▸ **Task to carry out**: From the line with "#73=EDGE_CURVE('',#71,#65,#72,.T.);" through the line with "#108=ORIENTED_EDGE('',*,*,#107,.F.);", inclusive, return each line of the data below exactly and leave the rest out.

Collected data
****

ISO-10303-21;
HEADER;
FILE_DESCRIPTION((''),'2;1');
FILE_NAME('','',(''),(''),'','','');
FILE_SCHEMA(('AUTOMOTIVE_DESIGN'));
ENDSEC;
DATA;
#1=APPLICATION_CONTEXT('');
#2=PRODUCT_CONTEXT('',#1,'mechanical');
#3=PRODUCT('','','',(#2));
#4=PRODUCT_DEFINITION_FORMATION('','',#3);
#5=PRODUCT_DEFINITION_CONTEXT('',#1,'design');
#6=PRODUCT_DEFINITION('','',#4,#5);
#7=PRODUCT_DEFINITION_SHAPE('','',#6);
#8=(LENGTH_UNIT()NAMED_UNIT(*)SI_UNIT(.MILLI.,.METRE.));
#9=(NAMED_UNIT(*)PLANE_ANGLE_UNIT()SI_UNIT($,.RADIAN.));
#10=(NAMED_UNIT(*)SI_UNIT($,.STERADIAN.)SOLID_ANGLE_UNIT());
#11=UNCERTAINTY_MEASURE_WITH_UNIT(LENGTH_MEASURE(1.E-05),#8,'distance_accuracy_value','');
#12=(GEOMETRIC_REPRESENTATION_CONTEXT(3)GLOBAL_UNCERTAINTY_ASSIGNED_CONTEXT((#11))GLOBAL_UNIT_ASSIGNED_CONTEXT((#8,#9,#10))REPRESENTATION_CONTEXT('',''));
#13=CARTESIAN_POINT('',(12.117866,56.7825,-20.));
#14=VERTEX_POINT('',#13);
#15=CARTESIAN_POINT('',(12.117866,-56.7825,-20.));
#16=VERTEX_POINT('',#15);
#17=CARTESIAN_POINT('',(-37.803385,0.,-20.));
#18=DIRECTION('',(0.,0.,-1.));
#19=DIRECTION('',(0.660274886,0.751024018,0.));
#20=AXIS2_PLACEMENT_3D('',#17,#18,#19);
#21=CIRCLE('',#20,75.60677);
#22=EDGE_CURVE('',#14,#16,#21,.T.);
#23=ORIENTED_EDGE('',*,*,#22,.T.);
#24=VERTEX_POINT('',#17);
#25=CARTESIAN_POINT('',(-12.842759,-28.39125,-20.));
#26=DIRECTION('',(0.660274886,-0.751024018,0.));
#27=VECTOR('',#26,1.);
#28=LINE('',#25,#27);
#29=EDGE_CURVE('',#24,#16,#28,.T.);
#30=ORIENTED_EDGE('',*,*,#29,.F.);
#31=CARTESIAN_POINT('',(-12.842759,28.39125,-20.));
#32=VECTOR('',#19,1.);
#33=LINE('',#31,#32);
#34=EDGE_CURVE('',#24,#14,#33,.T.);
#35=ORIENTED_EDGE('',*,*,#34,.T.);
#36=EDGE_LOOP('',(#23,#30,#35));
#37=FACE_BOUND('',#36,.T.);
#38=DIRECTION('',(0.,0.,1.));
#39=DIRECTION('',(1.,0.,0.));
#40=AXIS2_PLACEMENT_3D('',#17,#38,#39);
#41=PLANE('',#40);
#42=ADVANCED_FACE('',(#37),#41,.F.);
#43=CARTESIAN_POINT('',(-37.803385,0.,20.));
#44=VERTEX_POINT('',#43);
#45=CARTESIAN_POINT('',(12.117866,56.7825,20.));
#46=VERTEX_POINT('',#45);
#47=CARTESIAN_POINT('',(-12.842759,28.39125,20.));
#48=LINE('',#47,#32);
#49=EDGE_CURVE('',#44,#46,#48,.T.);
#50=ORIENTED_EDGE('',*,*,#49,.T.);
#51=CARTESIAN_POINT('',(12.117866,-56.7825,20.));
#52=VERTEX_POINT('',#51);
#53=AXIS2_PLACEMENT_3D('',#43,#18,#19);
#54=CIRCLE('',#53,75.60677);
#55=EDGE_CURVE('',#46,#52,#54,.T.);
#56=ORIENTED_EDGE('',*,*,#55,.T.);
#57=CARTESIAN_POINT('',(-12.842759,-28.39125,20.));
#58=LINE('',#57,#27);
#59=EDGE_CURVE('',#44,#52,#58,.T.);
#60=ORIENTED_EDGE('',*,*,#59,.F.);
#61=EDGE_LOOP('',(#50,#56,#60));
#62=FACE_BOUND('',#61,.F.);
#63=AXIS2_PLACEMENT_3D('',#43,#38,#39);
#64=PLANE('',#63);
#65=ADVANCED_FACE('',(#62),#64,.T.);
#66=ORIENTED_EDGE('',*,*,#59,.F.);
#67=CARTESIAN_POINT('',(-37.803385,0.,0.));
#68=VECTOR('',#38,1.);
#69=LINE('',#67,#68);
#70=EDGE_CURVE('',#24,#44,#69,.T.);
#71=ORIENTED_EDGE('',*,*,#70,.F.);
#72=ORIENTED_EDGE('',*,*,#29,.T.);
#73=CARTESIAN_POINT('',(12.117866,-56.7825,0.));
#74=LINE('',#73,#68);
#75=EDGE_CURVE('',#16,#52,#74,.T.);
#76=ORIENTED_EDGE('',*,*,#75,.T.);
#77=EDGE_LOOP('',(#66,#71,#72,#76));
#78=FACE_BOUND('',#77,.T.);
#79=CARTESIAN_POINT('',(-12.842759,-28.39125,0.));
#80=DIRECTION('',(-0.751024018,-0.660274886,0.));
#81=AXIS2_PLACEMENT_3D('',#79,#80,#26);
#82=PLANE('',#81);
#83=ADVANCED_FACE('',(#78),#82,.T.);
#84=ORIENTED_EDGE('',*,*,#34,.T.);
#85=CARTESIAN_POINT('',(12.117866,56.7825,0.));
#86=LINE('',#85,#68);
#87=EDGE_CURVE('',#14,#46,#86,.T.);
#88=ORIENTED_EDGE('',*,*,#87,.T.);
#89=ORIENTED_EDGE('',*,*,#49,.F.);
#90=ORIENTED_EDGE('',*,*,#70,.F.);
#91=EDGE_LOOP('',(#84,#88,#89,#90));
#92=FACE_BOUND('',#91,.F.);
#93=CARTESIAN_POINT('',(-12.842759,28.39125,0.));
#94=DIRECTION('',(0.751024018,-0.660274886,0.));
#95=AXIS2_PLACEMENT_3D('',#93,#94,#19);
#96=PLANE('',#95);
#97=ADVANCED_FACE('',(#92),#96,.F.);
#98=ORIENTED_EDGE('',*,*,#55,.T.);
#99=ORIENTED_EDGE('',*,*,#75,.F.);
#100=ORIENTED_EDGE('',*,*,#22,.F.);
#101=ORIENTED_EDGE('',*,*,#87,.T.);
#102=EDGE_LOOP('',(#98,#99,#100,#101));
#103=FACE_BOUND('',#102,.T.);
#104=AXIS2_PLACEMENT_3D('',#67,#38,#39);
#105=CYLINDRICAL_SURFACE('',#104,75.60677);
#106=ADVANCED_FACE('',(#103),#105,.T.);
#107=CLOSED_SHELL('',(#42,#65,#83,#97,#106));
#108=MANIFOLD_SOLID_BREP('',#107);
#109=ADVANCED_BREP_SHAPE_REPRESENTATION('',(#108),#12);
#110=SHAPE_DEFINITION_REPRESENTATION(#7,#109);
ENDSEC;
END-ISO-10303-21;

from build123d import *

# Parameters (mm, degrees)
F0_W     = 75.60677
F0_H     = 40
F1_ANGLE = 97.358319


with BuildPart() as f1:
    # F0 (on Front) → F1 (revolve, symmetric)
    with BuildSketch(Plane.XZ) as f1_sk:
        Rectangle(F0_W, F0_H)
    revolve(axis=Axis((-37.803385, 0, 0), (0, 0, -1)), revolution_arc=F1_ANGLE / 2)
    revolve(f1_sk.sketch, axis=Axis((-37.803385, 0, 0), (0, 0, 1)), revolution_arc=F1_ANGLE / 2)


solid = f1.part
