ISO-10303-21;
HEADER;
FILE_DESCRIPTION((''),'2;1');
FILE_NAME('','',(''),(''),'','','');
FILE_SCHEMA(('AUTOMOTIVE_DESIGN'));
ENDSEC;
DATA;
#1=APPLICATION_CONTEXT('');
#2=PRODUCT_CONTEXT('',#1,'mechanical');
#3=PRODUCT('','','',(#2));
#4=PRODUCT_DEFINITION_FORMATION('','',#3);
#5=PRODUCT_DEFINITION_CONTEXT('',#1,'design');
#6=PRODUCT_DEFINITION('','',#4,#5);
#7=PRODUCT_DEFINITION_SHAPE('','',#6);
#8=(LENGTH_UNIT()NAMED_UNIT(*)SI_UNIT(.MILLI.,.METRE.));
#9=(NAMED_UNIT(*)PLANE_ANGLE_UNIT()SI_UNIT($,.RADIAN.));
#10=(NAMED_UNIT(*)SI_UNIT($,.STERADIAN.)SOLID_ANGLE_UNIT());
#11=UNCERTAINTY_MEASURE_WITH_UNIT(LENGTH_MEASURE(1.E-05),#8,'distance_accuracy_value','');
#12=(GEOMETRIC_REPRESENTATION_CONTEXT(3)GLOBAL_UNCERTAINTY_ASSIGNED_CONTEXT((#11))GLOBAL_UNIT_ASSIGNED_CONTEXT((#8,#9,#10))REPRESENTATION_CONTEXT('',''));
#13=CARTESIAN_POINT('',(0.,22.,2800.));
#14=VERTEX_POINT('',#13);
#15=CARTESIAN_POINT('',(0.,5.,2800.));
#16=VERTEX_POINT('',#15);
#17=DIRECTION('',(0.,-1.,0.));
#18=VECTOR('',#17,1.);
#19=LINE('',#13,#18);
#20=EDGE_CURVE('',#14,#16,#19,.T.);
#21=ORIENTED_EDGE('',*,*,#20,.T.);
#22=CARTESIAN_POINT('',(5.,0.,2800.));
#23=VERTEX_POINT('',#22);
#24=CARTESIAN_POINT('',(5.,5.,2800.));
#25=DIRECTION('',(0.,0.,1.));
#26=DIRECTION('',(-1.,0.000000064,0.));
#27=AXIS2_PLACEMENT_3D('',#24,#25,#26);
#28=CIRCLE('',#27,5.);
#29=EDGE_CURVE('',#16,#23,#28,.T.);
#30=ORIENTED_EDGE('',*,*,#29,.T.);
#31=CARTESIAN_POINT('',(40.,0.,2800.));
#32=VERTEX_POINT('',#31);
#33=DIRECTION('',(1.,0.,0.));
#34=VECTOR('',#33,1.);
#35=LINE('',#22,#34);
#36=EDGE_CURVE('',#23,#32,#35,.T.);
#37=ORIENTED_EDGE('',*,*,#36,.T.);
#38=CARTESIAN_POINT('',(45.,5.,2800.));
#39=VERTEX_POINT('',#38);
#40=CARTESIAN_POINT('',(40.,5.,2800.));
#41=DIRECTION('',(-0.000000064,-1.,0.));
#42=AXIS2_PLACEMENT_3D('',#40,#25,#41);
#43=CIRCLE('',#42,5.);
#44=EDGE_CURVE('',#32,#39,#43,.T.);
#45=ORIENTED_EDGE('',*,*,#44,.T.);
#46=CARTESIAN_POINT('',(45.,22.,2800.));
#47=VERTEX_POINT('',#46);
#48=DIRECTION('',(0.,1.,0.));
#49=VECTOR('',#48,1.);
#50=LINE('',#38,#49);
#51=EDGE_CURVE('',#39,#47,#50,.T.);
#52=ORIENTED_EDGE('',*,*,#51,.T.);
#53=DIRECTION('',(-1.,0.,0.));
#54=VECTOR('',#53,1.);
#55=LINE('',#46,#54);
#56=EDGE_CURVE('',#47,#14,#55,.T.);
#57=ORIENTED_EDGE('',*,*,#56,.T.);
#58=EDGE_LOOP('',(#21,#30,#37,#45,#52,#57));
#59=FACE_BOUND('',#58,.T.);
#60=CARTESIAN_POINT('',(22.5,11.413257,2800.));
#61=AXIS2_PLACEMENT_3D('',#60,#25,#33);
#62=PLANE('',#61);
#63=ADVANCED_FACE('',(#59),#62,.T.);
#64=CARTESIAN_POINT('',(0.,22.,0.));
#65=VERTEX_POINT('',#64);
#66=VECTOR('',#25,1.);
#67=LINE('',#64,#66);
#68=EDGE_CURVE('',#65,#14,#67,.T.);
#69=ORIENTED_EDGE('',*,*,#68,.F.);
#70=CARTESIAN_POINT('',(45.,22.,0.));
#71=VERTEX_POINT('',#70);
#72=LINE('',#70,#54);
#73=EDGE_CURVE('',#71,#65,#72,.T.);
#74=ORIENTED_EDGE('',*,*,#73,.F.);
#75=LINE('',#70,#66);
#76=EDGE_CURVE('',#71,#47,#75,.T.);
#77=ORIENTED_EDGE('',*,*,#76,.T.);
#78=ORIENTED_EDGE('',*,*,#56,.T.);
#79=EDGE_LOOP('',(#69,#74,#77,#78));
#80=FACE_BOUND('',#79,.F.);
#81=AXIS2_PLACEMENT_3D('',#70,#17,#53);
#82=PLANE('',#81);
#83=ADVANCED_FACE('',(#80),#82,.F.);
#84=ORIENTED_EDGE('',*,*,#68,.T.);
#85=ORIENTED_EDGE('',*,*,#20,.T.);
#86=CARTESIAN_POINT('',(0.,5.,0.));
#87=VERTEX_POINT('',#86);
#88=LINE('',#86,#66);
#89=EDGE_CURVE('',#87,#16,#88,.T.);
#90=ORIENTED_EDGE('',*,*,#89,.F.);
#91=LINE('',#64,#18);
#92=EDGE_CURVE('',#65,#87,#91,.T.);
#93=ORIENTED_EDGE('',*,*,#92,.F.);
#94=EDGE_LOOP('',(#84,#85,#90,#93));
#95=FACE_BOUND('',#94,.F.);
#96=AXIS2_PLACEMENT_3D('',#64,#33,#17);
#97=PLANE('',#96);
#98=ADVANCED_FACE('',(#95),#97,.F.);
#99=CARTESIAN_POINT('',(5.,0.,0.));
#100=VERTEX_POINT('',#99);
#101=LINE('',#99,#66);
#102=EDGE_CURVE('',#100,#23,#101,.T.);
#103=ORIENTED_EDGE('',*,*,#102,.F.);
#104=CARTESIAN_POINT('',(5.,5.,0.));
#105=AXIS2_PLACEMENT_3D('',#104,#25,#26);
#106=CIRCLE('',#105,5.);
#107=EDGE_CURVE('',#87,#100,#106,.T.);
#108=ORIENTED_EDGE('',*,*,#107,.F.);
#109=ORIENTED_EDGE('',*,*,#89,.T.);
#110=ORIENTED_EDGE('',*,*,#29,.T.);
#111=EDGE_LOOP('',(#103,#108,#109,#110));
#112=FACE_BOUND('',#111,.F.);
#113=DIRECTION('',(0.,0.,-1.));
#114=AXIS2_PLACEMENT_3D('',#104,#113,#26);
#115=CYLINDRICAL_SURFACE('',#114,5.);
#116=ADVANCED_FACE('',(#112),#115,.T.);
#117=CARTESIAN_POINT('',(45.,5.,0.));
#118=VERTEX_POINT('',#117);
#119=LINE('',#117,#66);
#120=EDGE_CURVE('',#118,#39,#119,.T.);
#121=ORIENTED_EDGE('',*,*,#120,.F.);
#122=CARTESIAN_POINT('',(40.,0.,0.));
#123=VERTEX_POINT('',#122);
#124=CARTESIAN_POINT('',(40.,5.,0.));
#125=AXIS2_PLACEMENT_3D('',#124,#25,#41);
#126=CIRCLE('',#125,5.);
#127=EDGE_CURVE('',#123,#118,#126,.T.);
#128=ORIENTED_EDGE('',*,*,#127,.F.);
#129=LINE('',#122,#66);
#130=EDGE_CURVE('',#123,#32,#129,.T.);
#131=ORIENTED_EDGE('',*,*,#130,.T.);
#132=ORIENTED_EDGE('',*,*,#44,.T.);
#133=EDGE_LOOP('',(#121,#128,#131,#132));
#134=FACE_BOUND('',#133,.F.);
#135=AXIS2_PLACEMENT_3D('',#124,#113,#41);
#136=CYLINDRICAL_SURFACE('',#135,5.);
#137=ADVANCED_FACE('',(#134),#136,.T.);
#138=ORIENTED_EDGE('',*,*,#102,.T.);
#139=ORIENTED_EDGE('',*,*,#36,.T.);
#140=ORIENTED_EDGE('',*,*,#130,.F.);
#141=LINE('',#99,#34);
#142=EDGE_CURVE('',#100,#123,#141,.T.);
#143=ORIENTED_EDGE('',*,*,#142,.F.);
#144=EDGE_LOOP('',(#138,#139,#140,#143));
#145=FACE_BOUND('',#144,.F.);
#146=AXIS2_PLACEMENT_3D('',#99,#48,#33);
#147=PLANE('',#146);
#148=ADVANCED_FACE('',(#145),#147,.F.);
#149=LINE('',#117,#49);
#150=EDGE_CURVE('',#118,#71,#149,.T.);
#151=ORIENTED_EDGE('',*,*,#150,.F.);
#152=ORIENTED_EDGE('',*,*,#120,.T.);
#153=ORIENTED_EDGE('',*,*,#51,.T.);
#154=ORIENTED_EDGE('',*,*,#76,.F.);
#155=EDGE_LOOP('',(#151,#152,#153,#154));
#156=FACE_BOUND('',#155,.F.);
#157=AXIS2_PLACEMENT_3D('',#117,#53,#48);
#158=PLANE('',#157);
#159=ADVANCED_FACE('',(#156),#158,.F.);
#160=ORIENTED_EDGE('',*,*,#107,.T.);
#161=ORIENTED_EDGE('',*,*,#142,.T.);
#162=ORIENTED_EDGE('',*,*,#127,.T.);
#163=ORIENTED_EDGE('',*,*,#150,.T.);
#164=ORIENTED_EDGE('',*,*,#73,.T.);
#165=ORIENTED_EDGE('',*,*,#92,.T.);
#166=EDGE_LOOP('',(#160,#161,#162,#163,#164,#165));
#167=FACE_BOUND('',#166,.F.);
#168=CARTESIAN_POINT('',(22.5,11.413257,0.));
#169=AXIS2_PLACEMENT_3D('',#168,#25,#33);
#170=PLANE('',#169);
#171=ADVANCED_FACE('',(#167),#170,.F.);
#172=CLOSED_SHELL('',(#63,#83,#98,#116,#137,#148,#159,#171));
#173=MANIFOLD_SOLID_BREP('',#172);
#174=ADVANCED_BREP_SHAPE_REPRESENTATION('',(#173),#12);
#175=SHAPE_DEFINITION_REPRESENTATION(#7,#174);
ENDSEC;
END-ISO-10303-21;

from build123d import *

# Parameters (mm, degrees)
F1_DEPTH = 2800


with BuildPart() as f1:
    # F0 (on Top) → F1 (new body)
    with BuildSketch(Plane.XY):
        with BuildLine():
            ThreePointArc((0, 5), (1.464466, 1.464466), (5, 0))
            Line((5, 0), (40, 0))
            ThreePointArc((40, 0), (43.535534, 1.464466), (45, 5))
            Line((45, 5), (45, 22))
            Line((45, 22), (0, 22))
            Line((0, 22), (0, 5))
        make_face()
    extrude(amount=F1_DEPTH)


solid = f1.part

****

▸ **Task answer**:
#73=EDGE_CURVE('',#71,#65,#72,.T.);
#74=ORIENTED_EDGE('',*,*,#73,.F.);
#75=LINE('',#70,#66);
#76=EDGE_CURVE('',#71,#47,#75,.T.);
#77=ORIENTED_EDGE('',*,*,#76,.T.);
#78=ORIENTED_EDGE('',*,*,#56,.T.);
#79=EDGE_LOOP('',(#69,#74,#77,#78));
#80=FACE_BOUND('',#79,.F.);
#81=AXIS2_PLACEMENT_3D('',#70,#17,#53);
#82=PLANE('',#81);
#83=ADVANCED_FACE('',(#80),#82,.F.);
#84=ORIENTED_EDGE('',*,*,#68,.T.);
#85=ORIENTED_EDGE('',*,*,#20,.T.);
#86=CARTESIAN_POINT('',(0.,5.,0.));
#87=VERTEX_POINT('',#86);
#88=LINE('',#86,#66);
#89=EDGE_CURVE('',#87,#16,#88,.T.);
#90=ORIENTED_EDGE('',*,*,#89,.F.);
#91=LINE('',#64,#18);
#92=EDGE_CURVE('',#65,#87,#91,.T.);
#93=ORIENTED_EDGE('',*,*,#92,.F.);
#94=EDGE_LOOP('',(#84,#85,#90,#93));
#95=FACE_BOUND('',#94,.F.);
#96=AXIS2_PLACEMENT_3D('',#64,#33,#17);
#97=PLANE('',#96);
#98=ADVANCED_FACE('',(#95),#97,.F.);
#99=CARTESIAN_POINT('',(5.,0.,0.));
#100=VERTEX_POINT('',#99);
#101=LINE('',#99,#66);
#102=EDGE_CURVE('',#100,#23,#101,.T.);
#103=ORIENTED_EDGE('',*,*,#102,.F.);
#104=CARTESIAN_POINT('',(5.,5.,0.));
#105=AXIS2_PLACEMENT_3D('',#104,#25,#26);
#106=CIRCLE('',#105,5.);
#107=EDGE_CURVE('',#87,#100,#106,.T.);
#108=ORIENTED_EDGE('',*,*,#107,.F.);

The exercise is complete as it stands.